深度学习笔记--基于C++手撕self attention机制

news2025/7/14 1:49:09

1--self attention原理

2--C++代码

3--拓展

3-1--mask self attention

3-2--cross attention

1--self attention原理

直观来讲，就是每个 token 的 Query 去和其它 token（包括自身）的 Key 进行 dot product（点积）来计算权重 weight，weight 一般需要进行 softmax 归一化操作，然后将 weight 与每个 token 的 Value 进行加权。
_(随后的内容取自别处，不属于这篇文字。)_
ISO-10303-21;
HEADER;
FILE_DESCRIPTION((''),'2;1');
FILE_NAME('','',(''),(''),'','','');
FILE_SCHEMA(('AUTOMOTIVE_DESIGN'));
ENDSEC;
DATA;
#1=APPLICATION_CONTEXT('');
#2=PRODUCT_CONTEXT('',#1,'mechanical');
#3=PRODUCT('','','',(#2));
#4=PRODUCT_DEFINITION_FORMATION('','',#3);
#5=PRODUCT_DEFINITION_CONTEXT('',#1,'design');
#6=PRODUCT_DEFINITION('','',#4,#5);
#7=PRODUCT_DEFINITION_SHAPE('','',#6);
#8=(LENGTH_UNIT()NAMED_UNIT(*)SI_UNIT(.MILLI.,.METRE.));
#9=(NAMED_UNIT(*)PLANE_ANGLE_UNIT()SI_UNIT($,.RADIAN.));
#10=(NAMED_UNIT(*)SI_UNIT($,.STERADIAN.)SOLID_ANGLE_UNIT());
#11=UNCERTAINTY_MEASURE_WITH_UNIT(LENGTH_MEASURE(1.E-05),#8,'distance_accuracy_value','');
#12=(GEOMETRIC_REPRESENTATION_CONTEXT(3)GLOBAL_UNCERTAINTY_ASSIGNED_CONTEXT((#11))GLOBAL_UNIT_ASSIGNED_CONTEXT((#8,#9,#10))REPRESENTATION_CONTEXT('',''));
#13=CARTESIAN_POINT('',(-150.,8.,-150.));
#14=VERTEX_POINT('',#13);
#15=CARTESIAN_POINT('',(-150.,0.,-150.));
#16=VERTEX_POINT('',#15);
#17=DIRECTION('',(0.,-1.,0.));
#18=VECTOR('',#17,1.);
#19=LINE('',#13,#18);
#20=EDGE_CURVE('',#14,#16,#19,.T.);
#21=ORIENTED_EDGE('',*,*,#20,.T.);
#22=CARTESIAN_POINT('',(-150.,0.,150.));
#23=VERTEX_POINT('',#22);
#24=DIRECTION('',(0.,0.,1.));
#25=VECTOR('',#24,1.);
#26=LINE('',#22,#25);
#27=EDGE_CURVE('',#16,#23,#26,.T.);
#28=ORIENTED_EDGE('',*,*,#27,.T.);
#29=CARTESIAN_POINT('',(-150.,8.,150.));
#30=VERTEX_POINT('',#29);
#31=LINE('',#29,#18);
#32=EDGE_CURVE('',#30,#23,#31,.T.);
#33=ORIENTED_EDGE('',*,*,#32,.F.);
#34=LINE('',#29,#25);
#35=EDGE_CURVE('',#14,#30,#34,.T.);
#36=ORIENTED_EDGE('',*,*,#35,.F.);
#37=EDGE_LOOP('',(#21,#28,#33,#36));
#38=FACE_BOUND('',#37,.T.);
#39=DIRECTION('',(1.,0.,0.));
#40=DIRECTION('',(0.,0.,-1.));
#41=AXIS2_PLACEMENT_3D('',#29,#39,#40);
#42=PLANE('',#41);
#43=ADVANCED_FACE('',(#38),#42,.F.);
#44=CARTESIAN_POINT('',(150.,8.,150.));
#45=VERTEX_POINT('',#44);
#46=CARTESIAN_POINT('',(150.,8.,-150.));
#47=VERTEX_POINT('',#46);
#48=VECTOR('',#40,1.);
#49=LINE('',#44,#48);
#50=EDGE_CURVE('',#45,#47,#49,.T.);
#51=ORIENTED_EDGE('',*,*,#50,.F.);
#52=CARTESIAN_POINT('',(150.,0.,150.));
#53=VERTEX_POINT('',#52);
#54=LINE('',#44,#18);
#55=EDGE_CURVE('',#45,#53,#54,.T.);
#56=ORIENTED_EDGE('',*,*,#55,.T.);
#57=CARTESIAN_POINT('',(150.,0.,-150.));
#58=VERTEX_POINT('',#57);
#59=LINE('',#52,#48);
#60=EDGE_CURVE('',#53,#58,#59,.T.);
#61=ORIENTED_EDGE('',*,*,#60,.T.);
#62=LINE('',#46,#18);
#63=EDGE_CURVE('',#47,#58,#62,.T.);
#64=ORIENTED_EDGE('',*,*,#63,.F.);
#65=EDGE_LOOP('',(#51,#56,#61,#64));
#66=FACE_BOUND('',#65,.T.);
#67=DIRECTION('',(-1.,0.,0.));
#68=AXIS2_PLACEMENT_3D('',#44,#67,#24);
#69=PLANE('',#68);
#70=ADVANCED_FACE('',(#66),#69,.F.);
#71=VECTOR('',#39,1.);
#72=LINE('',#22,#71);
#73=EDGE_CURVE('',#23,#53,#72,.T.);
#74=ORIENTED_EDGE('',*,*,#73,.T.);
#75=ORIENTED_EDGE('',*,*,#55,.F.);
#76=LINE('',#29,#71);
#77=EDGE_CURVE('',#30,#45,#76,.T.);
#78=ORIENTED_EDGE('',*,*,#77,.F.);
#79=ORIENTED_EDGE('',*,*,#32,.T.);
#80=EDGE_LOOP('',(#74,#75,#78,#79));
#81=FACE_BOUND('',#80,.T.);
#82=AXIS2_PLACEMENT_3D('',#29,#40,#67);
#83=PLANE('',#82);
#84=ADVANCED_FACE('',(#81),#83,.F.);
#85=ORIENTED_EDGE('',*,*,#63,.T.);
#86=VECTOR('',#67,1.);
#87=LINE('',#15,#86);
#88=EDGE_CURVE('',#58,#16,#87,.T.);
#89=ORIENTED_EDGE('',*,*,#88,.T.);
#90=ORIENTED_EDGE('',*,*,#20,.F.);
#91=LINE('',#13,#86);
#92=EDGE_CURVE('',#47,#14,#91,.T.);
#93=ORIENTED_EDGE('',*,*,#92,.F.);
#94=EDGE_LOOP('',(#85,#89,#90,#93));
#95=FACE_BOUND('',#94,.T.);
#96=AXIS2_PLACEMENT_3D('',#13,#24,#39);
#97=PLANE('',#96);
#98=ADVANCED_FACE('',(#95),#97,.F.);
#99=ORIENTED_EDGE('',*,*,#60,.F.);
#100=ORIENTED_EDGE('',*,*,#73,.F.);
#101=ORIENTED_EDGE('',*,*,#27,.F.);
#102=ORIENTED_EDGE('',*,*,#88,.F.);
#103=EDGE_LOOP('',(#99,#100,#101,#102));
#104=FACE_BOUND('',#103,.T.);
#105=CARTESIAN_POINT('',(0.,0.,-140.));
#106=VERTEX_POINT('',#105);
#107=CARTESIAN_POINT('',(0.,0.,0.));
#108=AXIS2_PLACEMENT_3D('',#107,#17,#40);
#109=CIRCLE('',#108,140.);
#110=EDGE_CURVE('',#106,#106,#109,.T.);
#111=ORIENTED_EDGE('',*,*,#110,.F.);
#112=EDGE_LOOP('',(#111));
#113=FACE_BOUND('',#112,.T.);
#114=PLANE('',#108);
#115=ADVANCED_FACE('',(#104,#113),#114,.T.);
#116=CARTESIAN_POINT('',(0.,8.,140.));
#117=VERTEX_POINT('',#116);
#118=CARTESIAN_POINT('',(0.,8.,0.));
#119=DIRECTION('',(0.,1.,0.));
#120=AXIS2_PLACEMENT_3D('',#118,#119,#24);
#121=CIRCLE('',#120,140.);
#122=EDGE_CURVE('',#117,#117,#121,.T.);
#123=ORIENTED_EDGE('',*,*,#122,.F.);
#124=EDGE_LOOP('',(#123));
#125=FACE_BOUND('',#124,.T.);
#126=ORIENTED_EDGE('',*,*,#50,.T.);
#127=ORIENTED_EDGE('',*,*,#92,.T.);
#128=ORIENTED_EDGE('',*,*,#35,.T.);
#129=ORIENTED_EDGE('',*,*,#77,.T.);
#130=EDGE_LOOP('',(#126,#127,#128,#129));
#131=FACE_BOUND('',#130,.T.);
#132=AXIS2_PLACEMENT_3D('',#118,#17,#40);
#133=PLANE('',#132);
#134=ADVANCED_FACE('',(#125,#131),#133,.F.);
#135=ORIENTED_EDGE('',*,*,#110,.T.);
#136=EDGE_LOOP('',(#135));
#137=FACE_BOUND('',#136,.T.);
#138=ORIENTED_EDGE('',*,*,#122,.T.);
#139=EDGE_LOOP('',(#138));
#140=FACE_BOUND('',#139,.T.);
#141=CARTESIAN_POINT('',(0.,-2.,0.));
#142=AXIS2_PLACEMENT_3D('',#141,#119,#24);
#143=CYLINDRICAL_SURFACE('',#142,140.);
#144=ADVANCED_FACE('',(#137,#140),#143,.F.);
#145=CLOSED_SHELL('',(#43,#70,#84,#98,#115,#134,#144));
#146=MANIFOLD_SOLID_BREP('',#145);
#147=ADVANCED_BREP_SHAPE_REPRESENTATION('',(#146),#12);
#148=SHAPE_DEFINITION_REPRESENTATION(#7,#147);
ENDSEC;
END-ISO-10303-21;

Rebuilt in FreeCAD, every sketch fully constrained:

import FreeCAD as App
import Part
import Sketcher

V = App.Vector

doc = App.newDocument("Part")
body = doc.addObject("PartDesign::Body", "Body")

sketch1 = doc.addObject("Sketcher::SketchObject", "Sketch")
body.addObject(sketch1)
sketch1.AttachmentSupport = (doc.XZ_Plane, [""])
sketch1.MapMode = "FlatFace"
sketch1.addGeometry(Part.LineSegment(V(-150, -150, 0), V(-150, 150, 0)), False)
sketch1.addGeometry(Part.LineSegment(V(-150, 150, 0), V(150, 150, 0)), False)
sketch1.addGeometry(Part.LineSegment(V(150, 150, 0), V(150, -150, 0)), False)
sketch1.addGeometry(Part.LineSegment(V(150, -150, 0), V(-150, -150, 0)), False)
sketch1.addConstraint(Sketcher.Constraint("Coincident", 0, 2, 1, 1))
sketch1.addConstraint(Sketcher.Constraint("Coincident", 1, 2, 2, 1))
sketch1.addConstraint(Sketcher.Constraint("Coincident", 2, 2, 3, 1))
sketch1.addConstraint(Sketcher.Constraint("Coincident", 3, 2, 0, 1))
sketch1.addConstraint(Sketcher.Constraint("Vertical", 0))
sketch1.addConstraint(Sketcher.Constraint("Horizontal", 1))
sketch1.addConstraint(Sketcher.Constraint("Vertical", 2))
sketch1.addConstraint(Sketcher.Constraint("Horizontal", 3))
sketch1.addConstraint(Sketcher.Constraint("Symmetric", 0, 2, 2, 2, -1, 1))
sketch1.addConstraint(Sketcher.Constraint("Equal", 3, 0))
sketch1.addConstraint(Sketcher.Constraint("DistanceX", 1, 1, 1, 2, 300.0))
pad1 = doc.addObject("PartDesign::Pad", "Pad")
body.addObject(pad1)
pad1.Profile = sketch1
pad1.Length = 8
pad1.Reversed = True

sketch2 = doc.addObject("Sketcher::SketchObject", "Sketch001")
body.addObject(sketch2)
sketch2.AttachmentSupport = (doc.XZ_Plane, [""])
sketch2.MapMode = "FlatFace"
sketch2.AttachmentOffset = App.Placement(V(0, 0, -8), App.Rotation())
sketch2.addGeometry(Part.Circle(V(0, 0, 0), V(0, 0, 1), 140), False)
sketch2.addConstraint(Sketcher.Constraint("Coincident", 0, 3, -1, 1))
sketch2.addConstraint(Sketcher.Constraint("Diameter", 0, 280.0))
pocket1 = doc.addObject("PartDesign::Pocket", "Pocket")
body.addObject(pocket1)
pocket1.Profile = sketch2
pocket1.Length = 10
pocket1.Reversed = True

doc.recompute()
每个 token 通过这种方式来获取和学习其它 token 的特征，并作为下一层的输入。

2--C++代码

基于 egien 库实现：

#include <iostream>
#include <Eigen/Dense>

// 定义 Self-Attention 函数
Eigen::MatrixXd selfAttention(const Eigen::MatrixXd& input) {
    int seq_length = input.rows();
    int hidden_size = input.cols();

    // 初始化权重矩阵 WQ, WK, WV
    Eigen::MatrixXd WQ = Eigen::MatrixXd::Random(hidden_size, hidden_size);
    Eigen::MatrixXd WK = Eigen::MatrixXd::Random(hidden_size, hidden_size);
    Eigen::MatrixXd WV = Eigen::MatrixXd::Random(hidden_size, hidden_size);

    // 计算 Q, K, V 矩阵
    Eigen::MatrixXd Q = input * WQ;
    Eigen::MatrixXd K = input * WK;
    Eigen::MatrixXd V = input * WV;

    // 计算注意力分数
    Eigen::MatrixXd scores = (Q * K.transpose()).eval();

    // 缩放注意力分数
    scores /= sqrt(hidden_size);

    // 计算注意力权重(替代softmax)
    Eigen::MatrixXd attention_weights = scores.unaryExpr([](double x) { return exp(x); });
    Eigen::MatrixXd weights_sum = attention_weights.rowwise().sum(); // 按行求和
    for(int i = 0; i < attention_weights.rows(); i++){ // 归一化
        attention_weights.row(i) /= weights_sum(i);
    }

    // 计算输出
    Eigen::MatrixXd output = attention_weights * V;
    return output;
}

int main(){
    int seq_length = 5;
    int hidden_size = 4;
    Eigen::MatrixXd input = Eigen::MatrixXd::Random(seq_length, hidden_size); // 随机初始化输入矩阵
    Eigen::MatrixXd output = selfAttention(input); // 计算 Self-Attention 输出

    // 打印输入输出
    std::cout << "Input:\n" << input << "\n";
    std::cout << "Output:\n" << output << "\n";
    return 0;
}

3--拓展

拓展记录一下 transformer 中的 mask self attention 和 cross attention 机制。

3-1--mask self attention

mask self attention 与 self attention 最大的区别在于：self attention 中每一个 token 可以看到和获取所有 token 的特征，而 mask self attention 的 token 只能看到其前面（左边）的 token 特征，并不能聚合其后面的 token。

self attention：（全局视野）

mask self attention：

对于上图的 mask self attention，a1 只能聚合本身的特征，a2 可以聚合 a1 和本身的特征，a4 则可以聚合前面全部 token 的特征；

具体实现，就是下图中的 a2 的 Query 只去和 a1 和本身的 Key 来计算权重 weight，并且 weight 也只和 a1 和 a2 的 Value 进行加权；